Evaluating Potential Subpopulations Using Stochastic SIDEScreen in a Cross-Over Trial
In this paper we enhance existing SIDES and SIDEScreen methods for biomarker discovery (Lipkovich et al., Stat. Med. 30:2601–2621, 2011; Lipkovich and Dmitrienko, J. Biopharm. Statist. 24:130–153, 2014; Lipkovich et al. Stat. Biopharm. Res. 9:368–378, 2017b) and apply it to a small Phase 2 clinical trial in patients with recurrent dysmenorrhea. We argue that incorporating stochastic elements in computing the variable importance, expected treatment effect and replicability index is particularly useful when dealing with relatively small data sets, so as to properly account for the uncertainty of the subgroup selection process. To demonstrate improved operating characteristics of the Stochastic SIDEScreen compared with the corresponding deterministic procedure, we conducted a small simulation study that mimics data from our Phase 2 trial.

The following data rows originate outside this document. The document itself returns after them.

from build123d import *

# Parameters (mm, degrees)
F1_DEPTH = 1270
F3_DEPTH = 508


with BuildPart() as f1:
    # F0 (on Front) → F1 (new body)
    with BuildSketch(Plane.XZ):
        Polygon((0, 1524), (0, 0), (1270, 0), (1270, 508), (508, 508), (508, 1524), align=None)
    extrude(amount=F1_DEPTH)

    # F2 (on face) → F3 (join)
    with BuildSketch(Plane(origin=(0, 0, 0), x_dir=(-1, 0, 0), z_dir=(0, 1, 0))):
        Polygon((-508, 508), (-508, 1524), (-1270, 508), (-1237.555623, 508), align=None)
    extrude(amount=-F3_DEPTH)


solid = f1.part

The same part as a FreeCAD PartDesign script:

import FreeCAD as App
import Part
import Sketcher

V = App.Vector
Q = App.Units.Quantity


def add_polygon(sketch, points):
    """Adds a closed chain of lines whose ends are joined by coincident constraints."""
    first, n = sketch.GeometryCount, len(points)
    for a, b in zip(points, points[1:] + points[:1]):
        sketch.addGeometry(Part.LineSegment(App.Vector(*a, 0), App.Vector(*b, 0)), False)
    for i in range(n):
        sketch.addConstraint(Sketcher.Constraint("Coincident", first + i, 2, first + (i + 1) % n, 1))

doc = App.newDocument("Part")
params = doc.addObject("Spreadsheet::Sheet", "Params")
for row, (alias, value) in enumerate([
    ("sketch1_width", "50 in"),
    ("sketch1_width2", "30 in"),
    ("sketch1_height", "60 in"),
    ("pad1_length", "50 in"),
    ("sketch2_width", "30 in"),
    ("sketch2_height", "40 in"),
    ("pad2_length", "20 in"),
], start=1):
    params.set(f"A{row}", alias)
    params.set(f"B{row}", "=" + value)
    params.setAlias(f"B{row}", alias)

body = doc.addObject("PartDesign::Body", "Body")

# Sketch on XZ plane
sketch1 = body.newObject("Sketcher::SketchObject", "Sketch")
sketch1.AttachmentSupport = (doc.getObject("XZ_Plane"), [""])
sketch1.MapMode = "FlatFace"
add_polygon(sketch1, [(0, 1524), (0, 0), (1270, 0), (1270, 508), (508, 508), (508, 1524)])  # lines 0-5
sketch1.addConstraint([
    Sketcher.Constraint("Vertical", 0),
    Sketcher.Constraint("Horizontal", 1),
    Sketcher.Constraint("Vertical", 2),
    Sketcher.Constraint("Horizontal", 3),
    Sketcher.Constraint("Vertical", 4),
    Sketcher.Constraint("Horizontal", 5),
    Sketcher.Constraint("Coincident", 0, 2, -1, 1),
    Sketcher.Constraint("Equal", 5, 2),
    Sketcher.Constraint("DistanceX", 1, 1, 1, 2, Q("50 in")),
    Sketcher.Constraint("DistanceX", 3, 2, 3, 1, Q("30 in")),
    Sketcher.Constraint("DistanceY", 0, 2, 0, 1, Q("60 in")),
])
sketch1.setExpression("Constraints[14]", "Params.sketch1_width")
sketch1.setExpression("Constraints[15]", "Params.sketch1_width2")
sketch1.setExpression("Constraints[16]", "Params.sketch1_height")
pad1 = body.newObject("PartDesign::Pad", "Pad")
pad1.Profile = sketch1
pad1.setExpression("Length", "Params.pad1_length")

# Sketch on XZ plane
sketch2 = body.newObject("Sketcher::SketchObject", "Sketch001")
sketch2.AttachmentSupport = (doc.getObject("XZ_Plane"), [""])
sketch2.MapMode = "FlatFace"
add_polygon(sketch2, [(508, 508), (508, 1524), (1270, 508)])  # lines 0-2
sketch2.addConstraint([
    Sketcher.Constraint("Vertical", 0),
    Sketcher.Constraint("Horizontal", 2),
    Sketcher.Constraint("DistanceX", 2, 2, 2, 1, Q("30 in")),
    Sketcher.Constraint("DistanceY", 0, 1, 0, 2, Q("40 in")),
    Sketcher.Constraint("DistanceX", -1, 1, 0, 2, Q("20 in")),
    Sketcher.Constraint("DistanceY", -1, 1, 0, 2, Q("60 in")),
])
sketch2.setExpression("Constraints[5]", "Params.sketch2_width")
sketch2.setExpression("Constraints[6]", "Params.sketch2_height")
pad2 = body.newObject("PartDesign::Pad", "Pad001")
pad2.Profile = sketch2
pad2.setExpression("Length", "Params.pad2_length")

doc.recompute()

As analytical formulas for power calculations are not available for machine learning methods of biomarker/subgroup discovery, simulations utilizing existing early phase data should be conducted routinely for obtaining realistic estimates of power.
KeywordsSubgroup identification Exploratory analysis Biomarkers Recurrent dysmenorrhea Cross-over trials
This work is dedicated to the memory of James (Chip) Hackett.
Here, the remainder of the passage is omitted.